Stored data entries:
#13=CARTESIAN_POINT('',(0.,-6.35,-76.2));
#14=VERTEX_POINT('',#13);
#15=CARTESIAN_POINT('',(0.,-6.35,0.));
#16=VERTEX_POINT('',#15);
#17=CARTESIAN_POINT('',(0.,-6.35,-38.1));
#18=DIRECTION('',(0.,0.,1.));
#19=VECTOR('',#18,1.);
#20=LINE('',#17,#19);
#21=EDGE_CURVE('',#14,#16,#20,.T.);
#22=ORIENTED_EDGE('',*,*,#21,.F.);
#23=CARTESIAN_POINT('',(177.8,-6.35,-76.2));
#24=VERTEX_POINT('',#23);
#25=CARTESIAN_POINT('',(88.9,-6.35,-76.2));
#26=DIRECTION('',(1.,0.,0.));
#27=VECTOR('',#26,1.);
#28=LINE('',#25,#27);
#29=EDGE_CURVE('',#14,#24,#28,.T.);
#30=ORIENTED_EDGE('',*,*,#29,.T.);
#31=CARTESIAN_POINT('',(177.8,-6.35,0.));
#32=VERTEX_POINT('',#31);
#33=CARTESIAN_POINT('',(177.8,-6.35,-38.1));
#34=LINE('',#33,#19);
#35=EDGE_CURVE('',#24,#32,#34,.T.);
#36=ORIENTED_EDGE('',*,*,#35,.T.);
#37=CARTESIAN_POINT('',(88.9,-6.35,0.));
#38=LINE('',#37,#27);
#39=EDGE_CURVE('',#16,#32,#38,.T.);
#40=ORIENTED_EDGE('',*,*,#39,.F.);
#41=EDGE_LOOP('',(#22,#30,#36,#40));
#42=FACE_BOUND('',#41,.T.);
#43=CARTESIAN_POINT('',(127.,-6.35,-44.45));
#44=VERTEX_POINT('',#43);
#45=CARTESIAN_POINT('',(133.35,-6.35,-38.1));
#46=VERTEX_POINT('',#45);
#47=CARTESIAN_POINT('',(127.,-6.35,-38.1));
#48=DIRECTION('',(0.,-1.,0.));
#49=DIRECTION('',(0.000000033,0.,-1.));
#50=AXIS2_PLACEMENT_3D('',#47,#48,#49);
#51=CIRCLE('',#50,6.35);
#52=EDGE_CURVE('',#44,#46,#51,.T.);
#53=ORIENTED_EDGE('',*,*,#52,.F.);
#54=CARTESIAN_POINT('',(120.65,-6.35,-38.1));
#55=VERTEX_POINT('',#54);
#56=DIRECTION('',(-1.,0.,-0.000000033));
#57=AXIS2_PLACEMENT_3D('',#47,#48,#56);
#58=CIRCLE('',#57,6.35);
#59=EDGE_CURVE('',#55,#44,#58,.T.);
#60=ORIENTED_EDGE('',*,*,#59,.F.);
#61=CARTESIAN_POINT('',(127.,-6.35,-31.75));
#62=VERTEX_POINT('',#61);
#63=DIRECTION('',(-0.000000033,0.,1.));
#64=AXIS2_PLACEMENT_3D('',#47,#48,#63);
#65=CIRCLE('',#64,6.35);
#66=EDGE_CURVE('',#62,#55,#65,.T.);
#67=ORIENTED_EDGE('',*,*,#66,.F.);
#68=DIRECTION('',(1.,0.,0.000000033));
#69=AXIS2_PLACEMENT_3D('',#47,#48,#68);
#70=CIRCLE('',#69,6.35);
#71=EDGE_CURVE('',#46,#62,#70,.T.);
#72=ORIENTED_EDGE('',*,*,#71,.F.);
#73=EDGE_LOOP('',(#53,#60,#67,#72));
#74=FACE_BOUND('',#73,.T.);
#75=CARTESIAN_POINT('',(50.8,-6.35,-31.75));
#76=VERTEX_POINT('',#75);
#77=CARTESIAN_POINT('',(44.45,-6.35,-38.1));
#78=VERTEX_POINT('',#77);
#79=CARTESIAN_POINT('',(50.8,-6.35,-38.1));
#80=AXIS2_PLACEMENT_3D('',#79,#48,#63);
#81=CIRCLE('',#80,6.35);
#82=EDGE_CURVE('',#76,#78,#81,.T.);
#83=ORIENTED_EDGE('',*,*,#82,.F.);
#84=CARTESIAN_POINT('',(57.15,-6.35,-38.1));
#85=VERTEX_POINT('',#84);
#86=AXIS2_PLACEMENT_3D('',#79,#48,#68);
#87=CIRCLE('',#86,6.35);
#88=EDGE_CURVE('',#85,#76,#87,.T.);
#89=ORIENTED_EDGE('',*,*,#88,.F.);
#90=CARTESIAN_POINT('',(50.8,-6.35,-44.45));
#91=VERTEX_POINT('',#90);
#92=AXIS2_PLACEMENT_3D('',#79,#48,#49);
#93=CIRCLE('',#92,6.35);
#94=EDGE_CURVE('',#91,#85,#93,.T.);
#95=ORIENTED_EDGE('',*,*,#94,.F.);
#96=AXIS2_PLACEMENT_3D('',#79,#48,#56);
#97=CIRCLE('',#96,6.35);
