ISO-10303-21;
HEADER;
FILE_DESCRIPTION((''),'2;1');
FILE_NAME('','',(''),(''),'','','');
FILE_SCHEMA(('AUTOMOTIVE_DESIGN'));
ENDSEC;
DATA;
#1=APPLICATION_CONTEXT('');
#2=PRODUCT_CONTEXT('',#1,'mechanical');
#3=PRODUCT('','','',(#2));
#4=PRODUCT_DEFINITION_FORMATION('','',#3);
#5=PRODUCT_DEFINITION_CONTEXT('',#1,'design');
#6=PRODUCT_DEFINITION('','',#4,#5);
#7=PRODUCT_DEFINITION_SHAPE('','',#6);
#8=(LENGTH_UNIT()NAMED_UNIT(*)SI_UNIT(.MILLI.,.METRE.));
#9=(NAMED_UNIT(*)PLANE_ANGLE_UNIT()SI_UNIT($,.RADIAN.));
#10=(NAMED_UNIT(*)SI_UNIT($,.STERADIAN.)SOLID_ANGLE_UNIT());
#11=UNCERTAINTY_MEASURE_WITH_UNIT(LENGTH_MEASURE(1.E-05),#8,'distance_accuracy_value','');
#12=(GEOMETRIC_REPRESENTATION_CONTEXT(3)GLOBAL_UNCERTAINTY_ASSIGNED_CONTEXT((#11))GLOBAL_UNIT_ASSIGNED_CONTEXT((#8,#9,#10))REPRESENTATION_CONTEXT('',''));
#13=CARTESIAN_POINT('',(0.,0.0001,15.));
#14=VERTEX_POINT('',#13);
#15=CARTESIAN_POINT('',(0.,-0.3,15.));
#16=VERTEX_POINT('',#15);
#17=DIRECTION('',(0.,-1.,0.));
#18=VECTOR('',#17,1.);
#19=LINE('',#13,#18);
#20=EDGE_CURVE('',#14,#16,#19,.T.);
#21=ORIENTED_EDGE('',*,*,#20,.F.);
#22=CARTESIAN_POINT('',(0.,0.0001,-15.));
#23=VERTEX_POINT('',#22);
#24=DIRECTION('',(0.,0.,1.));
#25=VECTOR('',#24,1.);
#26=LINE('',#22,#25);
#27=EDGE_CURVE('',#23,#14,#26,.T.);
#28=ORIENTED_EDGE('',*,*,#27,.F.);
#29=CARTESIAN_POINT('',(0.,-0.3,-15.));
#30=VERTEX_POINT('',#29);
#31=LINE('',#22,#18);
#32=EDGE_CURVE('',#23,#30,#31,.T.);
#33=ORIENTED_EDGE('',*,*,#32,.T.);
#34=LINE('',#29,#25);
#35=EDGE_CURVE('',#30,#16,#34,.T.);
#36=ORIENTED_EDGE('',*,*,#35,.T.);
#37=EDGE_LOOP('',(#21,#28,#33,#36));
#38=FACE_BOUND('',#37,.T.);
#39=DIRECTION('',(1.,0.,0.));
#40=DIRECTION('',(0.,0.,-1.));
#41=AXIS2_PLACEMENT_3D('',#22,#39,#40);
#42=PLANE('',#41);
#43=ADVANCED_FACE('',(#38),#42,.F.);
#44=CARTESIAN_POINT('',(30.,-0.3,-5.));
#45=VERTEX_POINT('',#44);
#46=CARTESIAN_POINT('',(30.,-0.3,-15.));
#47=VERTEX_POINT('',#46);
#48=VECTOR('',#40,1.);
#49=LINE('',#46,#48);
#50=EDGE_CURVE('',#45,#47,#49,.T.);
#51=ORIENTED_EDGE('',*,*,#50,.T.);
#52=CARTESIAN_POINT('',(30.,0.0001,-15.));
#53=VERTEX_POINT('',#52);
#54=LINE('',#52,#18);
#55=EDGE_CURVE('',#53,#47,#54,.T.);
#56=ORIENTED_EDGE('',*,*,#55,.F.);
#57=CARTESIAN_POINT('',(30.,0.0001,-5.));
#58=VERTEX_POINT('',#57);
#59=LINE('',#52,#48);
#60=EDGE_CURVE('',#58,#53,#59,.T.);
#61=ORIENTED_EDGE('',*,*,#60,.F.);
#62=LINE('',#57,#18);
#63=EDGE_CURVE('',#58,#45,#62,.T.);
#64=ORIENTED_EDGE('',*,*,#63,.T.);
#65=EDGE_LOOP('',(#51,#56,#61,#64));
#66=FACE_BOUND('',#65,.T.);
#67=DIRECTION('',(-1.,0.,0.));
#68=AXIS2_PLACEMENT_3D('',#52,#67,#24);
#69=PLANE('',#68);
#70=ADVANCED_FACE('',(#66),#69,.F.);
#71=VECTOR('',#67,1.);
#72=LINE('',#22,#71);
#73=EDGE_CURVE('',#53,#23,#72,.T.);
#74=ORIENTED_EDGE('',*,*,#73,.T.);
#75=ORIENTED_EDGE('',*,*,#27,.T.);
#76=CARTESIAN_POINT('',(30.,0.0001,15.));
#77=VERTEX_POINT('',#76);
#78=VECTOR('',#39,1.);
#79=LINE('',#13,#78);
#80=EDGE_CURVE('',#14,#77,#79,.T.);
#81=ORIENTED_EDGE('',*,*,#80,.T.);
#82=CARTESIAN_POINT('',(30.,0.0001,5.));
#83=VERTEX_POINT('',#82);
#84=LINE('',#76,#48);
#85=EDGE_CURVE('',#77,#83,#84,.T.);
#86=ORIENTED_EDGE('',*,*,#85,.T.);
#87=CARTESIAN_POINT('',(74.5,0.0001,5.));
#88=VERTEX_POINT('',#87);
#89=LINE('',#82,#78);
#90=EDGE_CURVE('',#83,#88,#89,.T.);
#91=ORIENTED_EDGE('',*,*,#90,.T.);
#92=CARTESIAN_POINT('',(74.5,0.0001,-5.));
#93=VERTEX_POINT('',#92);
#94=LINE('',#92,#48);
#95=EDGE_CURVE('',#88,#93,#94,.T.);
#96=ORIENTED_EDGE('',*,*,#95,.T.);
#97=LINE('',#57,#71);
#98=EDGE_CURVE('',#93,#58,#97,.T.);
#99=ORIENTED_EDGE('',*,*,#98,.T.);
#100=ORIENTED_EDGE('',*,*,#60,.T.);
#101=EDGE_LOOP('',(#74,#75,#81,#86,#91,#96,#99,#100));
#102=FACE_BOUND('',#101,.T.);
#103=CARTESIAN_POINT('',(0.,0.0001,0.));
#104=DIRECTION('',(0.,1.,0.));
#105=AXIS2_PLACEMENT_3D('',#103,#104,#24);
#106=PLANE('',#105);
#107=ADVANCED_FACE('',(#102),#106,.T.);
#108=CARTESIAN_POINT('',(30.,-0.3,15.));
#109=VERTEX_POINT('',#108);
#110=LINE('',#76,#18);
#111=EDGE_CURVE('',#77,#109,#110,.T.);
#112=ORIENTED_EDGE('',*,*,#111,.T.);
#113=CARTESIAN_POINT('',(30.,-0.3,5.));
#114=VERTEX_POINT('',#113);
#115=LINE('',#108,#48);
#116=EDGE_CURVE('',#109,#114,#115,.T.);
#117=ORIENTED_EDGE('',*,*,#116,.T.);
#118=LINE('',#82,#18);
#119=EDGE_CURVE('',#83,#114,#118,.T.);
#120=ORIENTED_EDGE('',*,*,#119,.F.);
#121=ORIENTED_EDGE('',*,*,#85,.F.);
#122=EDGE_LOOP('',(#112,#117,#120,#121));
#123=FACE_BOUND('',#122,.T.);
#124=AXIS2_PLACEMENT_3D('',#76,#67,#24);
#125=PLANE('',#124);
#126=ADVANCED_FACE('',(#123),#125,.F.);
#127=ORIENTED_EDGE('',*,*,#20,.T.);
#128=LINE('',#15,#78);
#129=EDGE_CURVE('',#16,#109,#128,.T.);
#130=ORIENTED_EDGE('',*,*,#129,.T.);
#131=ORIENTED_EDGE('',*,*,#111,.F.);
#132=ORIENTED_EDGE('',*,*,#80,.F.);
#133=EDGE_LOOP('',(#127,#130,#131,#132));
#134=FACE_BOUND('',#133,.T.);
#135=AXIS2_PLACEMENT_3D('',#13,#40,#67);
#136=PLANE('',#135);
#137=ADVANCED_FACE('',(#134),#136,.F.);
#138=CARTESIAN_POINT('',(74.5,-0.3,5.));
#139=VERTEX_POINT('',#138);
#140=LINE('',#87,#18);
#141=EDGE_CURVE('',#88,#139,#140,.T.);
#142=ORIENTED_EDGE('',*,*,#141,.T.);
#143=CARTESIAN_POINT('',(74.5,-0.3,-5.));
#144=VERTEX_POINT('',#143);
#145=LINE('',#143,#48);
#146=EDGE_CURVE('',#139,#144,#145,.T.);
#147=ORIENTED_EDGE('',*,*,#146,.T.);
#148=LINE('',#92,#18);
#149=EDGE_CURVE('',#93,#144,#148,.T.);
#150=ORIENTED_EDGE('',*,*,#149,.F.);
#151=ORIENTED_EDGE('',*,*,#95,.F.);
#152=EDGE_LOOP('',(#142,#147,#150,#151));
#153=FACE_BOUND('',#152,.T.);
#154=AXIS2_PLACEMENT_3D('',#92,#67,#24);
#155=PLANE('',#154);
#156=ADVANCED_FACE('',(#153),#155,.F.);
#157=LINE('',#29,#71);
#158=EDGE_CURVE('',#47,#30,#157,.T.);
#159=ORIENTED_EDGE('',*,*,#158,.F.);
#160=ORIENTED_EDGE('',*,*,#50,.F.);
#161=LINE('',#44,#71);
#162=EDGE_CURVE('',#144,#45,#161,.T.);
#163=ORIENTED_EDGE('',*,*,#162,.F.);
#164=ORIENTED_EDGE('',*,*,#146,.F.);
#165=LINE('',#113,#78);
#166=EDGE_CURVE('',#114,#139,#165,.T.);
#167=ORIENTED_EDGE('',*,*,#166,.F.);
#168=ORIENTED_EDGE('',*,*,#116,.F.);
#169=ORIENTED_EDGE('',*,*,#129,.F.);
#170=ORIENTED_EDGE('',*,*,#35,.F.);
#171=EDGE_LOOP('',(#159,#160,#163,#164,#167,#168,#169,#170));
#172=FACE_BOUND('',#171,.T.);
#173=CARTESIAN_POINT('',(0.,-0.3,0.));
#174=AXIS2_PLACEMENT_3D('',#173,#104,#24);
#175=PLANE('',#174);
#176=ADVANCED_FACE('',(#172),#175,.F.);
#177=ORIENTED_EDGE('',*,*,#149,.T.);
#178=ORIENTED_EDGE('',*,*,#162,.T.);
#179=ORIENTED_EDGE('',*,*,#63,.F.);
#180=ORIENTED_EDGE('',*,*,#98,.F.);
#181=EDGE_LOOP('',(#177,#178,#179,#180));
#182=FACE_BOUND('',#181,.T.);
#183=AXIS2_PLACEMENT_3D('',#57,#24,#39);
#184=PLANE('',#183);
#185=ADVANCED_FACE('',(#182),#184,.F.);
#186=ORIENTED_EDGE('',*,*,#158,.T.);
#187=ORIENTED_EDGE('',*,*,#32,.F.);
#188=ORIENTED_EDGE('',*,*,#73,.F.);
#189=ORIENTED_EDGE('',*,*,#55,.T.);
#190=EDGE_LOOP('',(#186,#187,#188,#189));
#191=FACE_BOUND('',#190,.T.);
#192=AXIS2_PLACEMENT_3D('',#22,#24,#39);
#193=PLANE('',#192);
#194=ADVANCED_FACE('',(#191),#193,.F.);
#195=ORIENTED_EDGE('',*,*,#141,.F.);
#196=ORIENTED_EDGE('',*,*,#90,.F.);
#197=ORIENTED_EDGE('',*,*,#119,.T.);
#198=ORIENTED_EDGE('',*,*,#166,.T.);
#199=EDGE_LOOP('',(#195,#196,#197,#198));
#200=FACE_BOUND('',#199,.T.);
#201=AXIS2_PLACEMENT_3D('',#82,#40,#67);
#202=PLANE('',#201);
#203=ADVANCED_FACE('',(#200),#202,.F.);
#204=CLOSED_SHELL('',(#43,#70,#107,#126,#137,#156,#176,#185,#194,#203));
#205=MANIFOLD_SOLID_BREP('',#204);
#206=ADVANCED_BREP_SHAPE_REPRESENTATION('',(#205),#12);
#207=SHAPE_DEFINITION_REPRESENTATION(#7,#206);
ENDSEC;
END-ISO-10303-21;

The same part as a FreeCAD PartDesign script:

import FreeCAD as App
import Part
import Sketcher

V = App.Vector


def add_polygon(sketch, points):
    """Adds a closed chain of lines whose ends are joined by coincident constraints."""
    first, n = sketch.GeometryCount, len(points)
    for a, b in zip(points, points[1:] + points[:1]):
        sketch.addGeometry(Part.LineSegment(App.Vector(*a, 0), App.Vector(*b, 0)), False)
    for i in range(n):
        sketch.addConstraint(Sketcher.Constraint("Coincident", first + i, 2, first + (i + 1) % n, 1))

doc = App.newDocument("Part")
body = doc.addObject("PartDesign::Body", "Body")

sketch1 = body.newObject("Sketcher::SketchObject", "Sketch")
sketch1.AttachmentSupport = (doc.getObject("XZ_Plane"), [""])
sketch1.MapMode = "FlatFace"
add_polygon(sketch1, [(0, 15), (30, 15), (30, 5), (74, 5), (74, -5), (30, -5), (30, -15), (0, -15)])
sketch1.addConstraint(Sketcher.Constraint("Horizontal", 0))
sketch1.addConstraint(Sketcher.Constraint("Vertical", 1))
sketch1.addConstraint(Sketcher.Constraint("Horizontal", 2))
sketch1.addConstraint(Sketcher.Constraint("Vertical", 3))
sketch1.addConstraint(Sketcher.Constraint("Horizontal", 4))
sketch1.addConstraint(Sketcher.Constraint("Vertical", 5))
sketch1.addConstraint(Sketcher.Constraint("Horizontal", 6))
sketch1.addConstraint(Sketcher.Constraint("Vertical", 7))
sketch1.addConstraint(Sketcher.Constraint("Symmetric", 6, 2, 7, 2, -1, 1))
sketch1.addConstraint(Sketcher.Constraint("Symmetric", 1, 2, 4, 2, -1))
sketch1.addConstraint(Sketcher.Constraint("Equal", 1, 3))
sketch1.addConstraint(Sketcher.Constraint("Equal", 6, 7))
sketch1.addConstraint(Sketcher.Constraint("DistanceX", 0, 1, 0, 2, 30.0))
sketch1.addConstraint(Sketcher.Constraint("DistanceX", 2, 1, 2, 2, 44.5))
pad1 = body.newObject("PartDesign::Pad", "Pad")
pad1.Profile = sketch1
pad1.Type = "TwoLengths"
pad1.Length = 0.0001
pad1.Length2 = 0.3
pad1.Reversed = True

doc.recompute()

_PROBLEM TO SOLVE_. Using the entries above, output exactly the lines between the line holding "#79=LINE('',#13,#78);" and the line holding "#90=EDGE_CURVE('',#83,#88,#89,.T.);", end lines included, and nothing more.

_RESULT_.
#79=LINE('',#13,#78);
#80=EDGE_CURVE('',#14,#77,#79,.T.);
#81=ORIENTED_EDGE('',*,*,#80,.T.);
#82=CARTESIAN_POINT('',(30.,0.0001,5.));
#83=VERTEX_POINT('',#82);
#84=LINE('',#76,#48);
#85=EDGE_CURVE('',#77,#83,#84,.T.);
#86=ORIENTED_EDGE('',*,*,#85,.T.);
#87=CARTESIAN_POINT('',(74.5,0.0001,5.));
#88=VERTEX_POINT('',#87);
#89=LINE('',#82,#78);
#90=EDGE_CURVE('',#83,#88,#89,.T.);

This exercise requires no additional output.